# can vs dry



## lovmydog (Dec 10, 2010)

If you decide to use can, is it better to mix can and dry or use each separately (one meal can, one meal kibble)


----------



## PUNKem733 (Jun 12, 2009)

Depends on how you like to do things, or even their preference, but I mix it with the dry.


----------



## wags (Jan 31, 2009)

I do dry in the morning meal and the evening meal I mix part of the wet with the dry and they love this! This morning I had left over chicken and mixed it with their dry so they were in heaven! Tonight I will mix wet(canned) with their dry ! You can ceratinly mix. you dont have to do them seperate!:wink:


----------



## lovmydog (Dec 10, 2010)

I only thought can was for dogs that lost their teeth, or digestive problems. I've always used dry.
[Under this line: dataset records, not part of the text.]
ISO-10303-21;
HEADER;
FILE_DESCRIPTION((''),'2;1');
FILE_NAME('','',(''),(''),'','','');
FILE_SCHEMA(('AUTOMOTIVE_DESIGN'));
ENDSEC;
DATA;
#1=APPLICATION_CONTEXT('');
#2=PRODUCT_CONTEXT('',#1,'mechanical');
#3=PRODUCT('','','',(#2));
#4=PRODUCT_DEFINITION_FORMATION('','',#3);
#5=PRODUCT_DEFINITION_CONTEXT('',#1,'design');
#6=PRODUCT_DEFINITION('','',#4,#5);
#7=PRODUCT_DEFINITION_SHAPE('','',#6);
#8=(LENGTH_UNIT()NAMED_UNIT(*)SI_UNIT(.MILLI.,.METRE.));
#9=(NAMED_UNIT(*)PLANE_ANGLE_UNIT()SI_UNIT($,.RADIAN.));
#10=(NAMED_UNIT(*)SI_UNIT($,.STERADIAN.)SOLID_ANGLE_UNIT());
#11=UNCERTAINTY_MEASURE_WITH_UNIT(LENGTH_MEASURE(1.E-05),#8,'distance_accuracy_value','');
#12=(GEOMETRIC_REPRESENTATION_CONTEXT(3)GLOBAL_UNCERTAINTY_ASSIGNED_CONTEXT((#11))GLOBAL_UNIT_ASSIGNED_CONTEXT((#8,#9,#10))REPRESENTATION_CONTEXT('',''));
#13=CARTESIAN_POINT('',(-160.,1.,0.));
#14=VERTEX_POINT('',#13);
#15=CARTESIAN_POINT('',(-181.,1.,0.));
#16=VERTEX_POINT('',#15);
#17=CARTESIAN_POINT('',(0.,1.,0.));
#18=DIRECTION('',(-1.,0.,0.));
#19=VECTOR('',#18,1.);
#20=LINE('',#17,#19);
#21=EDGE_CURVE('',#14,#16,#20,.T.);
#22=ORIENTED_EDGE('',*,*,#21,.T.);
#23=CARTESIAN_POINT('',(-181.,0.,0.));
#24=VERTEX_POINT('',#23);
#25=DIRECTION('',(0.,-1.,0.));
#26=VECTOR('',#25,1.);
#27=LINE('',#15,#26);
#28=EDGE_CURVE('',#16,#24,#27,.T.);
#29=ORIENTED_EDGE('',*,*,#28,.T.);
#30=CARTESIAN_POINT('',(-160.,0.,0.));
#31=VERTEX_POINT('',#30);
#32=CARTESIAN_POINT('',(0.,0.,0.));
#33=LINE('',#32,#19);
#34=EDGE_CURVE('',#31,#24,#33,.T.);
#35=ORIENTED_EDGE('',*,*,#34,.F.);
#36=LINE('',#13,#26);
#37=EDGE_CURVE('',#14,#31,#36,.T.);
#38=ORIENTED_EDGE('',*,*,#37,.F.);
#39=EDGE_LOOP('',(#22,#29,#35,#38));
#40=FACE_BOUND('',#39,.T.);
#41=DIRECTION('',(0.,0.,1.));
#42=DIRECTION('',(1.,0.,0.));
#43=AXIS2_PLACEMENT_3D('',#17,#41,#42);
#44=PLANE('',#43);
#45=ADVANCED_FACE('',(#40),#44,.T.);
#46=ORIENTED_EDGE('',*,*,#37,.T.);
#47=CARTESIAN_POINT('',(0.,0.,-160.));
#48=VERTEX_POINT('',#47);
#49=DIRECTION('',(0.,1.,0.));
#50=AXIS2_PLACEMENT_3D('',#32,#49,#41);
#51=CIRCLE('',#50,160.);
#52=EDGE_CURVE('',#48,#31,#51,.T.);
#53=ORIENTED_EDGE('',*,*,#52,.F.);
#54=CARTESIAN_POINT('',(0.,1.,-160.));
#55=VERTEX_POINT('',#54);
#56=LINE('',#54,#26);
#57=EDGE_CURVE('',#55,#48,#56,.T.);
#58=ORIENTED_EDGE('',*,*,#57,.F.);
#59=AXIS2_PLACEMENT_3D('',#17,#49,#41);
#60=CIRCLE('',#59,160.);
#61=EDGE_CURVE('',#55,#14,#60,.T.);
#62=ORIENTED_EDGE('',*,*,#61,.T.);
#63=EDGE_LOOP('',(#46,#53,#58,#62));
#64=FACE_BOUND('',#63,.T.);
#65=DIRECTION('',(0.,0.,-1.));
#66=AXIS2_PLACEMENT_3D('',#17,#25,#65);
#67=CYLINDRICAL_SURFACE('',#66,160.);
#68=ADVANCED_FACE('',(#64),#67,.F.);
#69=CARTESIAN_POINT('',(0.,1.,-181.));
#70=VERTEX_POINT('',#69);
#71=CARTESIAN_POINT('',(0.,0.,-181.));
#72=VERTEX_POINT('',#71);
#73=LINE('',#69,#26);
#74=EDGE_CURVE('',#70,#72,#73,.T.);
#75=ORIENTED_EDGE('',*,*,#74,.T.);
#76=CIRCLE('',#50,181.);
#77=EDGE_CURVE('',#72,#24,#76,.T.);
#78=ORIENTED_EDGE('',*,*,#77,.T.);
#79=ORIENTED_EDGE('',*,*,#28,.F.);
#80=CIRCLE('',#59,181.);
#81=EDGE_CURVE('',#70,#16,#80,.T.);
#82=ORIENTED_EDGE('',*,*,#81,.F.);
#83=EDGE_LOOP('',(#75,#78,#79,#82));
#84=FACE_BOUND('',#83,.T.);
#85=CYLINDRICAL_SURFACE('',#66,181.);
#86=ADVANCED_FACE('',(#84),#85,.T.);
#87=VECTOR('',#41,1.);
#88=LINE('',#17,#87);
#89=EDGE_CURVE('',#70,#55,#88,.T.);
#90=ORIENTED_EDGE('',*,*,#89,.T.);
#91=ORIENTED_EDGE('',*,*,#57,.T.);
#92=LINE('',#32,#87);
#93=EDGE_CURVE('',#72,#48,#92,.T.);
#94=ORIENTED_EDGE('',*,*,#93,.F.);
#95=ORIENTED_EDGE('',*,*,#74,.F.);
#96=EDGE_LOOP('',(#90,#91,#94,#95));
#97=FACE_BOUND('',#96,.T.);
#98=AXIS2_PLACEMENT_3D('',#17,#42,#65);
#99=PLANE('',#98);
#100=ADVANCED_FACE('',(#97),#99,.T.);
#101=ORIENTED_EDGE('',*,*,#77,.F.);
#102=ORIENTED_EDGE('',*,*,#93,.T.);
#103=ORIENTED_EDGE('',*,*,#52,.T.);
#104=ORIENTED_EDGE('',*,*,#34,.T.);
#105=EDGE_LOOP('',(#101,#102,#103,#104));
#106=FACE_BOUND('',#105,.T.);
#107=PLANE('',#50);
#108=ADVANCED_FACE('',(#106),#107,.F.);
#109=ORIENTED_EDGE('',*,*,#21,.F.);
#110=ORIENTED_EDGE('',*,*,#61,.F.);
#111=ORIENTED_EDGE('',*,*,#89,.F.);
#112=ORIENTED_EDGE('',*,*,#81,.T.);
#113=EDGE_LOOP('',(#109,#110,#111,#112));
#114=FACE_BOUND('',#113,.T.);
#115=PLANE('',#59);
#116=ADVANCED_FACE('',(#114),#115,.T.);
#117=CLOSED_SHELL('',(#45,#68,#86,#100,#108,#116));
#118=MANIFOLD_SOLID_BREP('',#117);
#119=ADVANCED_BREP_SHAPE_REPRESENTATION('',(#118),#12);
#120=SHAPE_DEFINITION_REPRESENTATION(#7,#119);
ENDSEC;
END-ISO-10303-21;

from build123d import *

# Parameters (mm, degrees)
Y_KSEKLIK_EKSTR_ZYON1_DEPTH = 1


with BuildPart() as part:
    # Çizim1 → Yükseklik-Ekstrüzyon1 (new body)
    with BuildSketch(Plane(origin=(0, 0, 0), x_dir=(1, 0, 0), z_dir=(0, 1, 0))):
        with BuildLine():
            Line((0, 160), (0, 181))
            ThreePointArc((0, 181), (-127.986327395, 127.986327395), (-181, 0))
            Line((-181, 0), (-160, 0))
            ThreePointArc((-160, 0), (-113.13708499, 113.13708499), (0, 160))
        make_face()
    extrude(amount=Y_KSEKLIK_EKSTR_ZYON1_DEPTH)


solid = part.part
But after reading some literature; now thinking it might is "better" to add for extra moisture - or variety, or getting what they didn't get in the dry etc. etc. My dogs will eat anything, so for pure please I just wouldn't switch but if there was a true benefit...would make sense..


----------



## channeledbymodem (Dec 25, 2008)

lovmydog said:


> I only thought can was for dogs that lost their teeth, or digestive problems. I've always used dry. But after reading some literature; now thinking it might is "better" to add for extra moisture - or variety, or getting what they didn't get in the dry etc. etc. My dogs will eat anything, so for pure please I just wouldn't switch but if there was a true benefit...would make sense..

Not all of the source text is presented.